Look through the listing below and write out exactly the lines from the line with "Line((3.175, 12.7), (0, 12.7))" to the line with "Line((146.05, 88.9), (142.875, 88.9))", both included, and no others.

************

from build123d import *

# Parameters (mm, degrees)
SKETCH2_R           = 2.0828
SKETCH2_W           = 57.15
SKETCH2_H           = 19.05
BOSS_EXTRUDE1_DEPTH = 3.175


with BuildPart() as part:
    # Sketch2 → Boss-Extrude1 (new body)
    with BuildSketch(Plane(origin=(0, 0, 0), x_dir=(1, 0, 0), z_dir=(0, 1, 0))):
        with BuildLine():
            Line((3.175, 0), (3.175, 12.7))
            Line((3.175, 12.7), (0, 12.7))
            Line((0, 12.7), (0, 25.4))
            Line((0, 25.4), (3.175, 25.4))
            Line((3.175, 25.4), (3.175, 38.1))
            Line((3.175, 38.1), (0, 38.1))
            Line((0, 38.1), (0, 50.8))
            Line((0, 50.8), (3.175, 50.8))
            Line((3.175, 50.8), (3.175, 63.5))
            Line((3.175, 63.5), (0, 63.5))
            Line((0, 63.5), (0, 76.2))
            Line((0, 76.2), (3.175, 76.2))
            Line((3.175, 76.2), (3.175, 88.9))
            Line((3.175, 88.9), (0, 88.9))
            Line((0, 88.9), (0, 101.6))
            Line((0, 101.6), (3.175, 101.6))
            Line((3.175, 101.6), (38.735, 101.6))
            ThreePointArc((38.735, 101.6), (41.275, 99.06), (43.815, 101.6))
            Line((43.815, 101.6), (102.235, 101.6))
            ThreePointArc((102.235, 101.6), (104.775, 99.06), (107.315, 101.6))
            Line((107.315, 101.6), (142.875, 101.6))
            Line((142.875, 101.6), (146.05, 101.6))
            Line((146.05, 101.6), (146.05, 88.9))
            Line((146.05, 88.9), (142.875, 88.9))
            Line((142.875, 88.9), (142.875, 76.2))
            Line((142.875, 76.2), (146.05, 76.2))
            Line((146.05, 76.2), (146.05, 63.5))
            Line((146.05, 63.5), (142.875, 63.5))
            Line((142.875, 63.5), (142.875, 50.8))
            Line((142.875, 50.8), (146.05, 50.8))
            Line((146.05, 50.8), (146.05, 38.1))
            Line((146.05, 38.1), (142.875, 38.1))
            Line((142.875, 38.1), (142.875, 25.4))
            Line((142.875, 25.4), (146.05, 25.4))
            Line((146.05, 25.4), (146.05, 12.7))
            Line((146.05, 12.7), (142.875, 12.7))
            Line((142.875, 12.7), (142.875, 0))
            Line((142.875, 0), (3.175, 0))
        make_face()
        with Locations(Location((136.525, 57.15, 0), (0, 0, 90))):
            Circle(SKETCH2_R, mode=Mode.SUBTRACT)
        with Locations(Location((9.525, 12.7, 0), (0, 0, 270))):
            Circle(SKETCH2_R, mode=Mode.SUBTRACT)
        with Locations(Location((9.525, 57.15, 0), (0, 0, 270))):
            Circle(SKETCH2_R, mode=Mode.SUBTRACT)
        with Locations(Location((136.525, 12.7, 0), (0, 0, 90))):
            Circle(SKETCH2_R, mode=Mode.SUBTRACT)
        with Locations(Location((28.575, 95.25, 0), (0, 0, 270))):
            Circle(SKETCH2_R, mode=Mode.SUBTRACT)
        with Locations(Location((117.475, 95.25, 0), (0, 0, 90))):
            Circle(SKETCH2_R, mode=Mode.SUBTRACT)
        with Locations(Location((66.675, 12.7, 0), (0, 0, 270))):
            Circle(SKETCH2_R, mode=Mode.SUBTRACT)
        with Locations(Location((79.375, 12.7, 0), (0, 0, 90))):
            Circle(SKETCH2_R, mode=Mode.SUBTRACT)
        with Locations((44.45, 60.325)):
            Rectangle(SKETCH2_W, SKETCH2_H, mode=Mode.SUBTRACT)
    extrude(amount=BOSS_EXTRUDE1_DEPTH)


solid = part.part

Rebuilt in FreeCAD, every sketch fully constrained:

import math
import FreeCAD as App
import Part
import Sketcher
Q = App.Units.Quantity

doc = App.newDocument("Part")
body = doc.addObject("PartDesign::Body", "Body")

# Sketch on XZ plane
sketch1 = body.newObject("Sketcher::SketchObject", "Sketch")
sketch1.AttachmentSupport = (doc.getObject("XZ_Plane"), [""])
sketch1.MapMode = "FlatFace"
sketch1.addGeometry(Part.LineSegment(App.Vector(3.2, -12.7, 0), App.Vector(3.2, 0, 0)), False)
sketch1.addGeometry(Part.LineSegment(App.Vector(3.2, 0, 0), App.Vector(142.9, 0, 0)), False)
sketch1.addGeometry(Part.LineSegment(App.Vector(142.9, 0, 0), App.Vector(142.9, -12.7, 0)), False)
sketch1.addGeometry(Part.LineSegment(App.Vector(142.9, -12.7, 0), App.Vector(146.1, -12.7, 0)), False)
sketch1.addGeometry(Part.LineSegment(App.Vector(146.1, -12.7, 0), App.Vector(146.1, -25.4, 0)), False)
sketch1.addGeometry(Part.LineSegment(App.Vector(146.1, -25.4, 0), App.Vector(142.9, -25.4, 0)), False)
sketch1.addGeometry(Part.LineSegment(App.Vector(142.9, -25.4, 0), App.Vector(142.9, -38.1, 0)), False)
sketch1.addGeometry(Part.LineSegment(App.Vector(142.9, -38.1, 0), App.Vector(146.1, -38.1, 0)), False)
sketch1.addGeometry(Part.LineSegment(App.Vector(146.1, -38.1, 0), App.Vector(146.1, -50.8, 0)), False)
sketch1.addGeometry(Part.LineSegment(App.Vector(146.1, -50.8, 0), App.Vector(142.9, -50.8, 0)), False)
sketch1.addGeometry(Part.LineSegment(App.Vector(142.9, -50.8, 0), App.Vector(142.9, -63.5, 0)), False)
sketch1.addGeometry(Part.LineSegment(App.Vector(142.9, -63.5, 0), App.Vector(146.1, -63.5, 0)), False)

************

*The completed task*:
            Line((3.175, 12.7), (0, 12.7))
            Line((0, 12.7), (0, 25.4))
            Line((0, 25.4), (3.175, 25.4))
            Line((3.175, 25.4), (3.175, 38.1))
            Line((3.175, 38.1), (0, 38.1))
            Line((0, 38.1), (0, 50.8))
            Line((0, 50.8), (3.175, 50.8))
            Line((3.175, 50.8), (3.175, 63.5))
            Line((3.175, 63.5), (0, 63.5))
            Line((0, 63.5), (0, 76.2))
            Line((0, 76.2), (3.175, 76.2))
            Line((3.175, 76.2), (3.175, 88.9))
            Line((3.175, 88.9), (0, 88.9))
            Line((0, 88.9), (0, 101.6))
            Line((0, 101.6), (3.175, 101.6))
            Line((3.175, 101.6), (38.735, 101.6))
            ThreePointArc((38.735, 101.6), (41.275, 99.06), (43.815, 101.6))
            Line((43.815, 101.6), (102.235, 101.6))
            ThreePointArc((102.235, 101.6), (104.775, 99.06), (107.315, 101.6))
            Line((107.315, 101.6), (142.875, 101.6))
            Line((142.875, 101.6), (146.05, 101.6))
            Line((146.05, 101.6), (146.05, 88.9))
            Line((146.05, 88.9), (142.875, 88.9))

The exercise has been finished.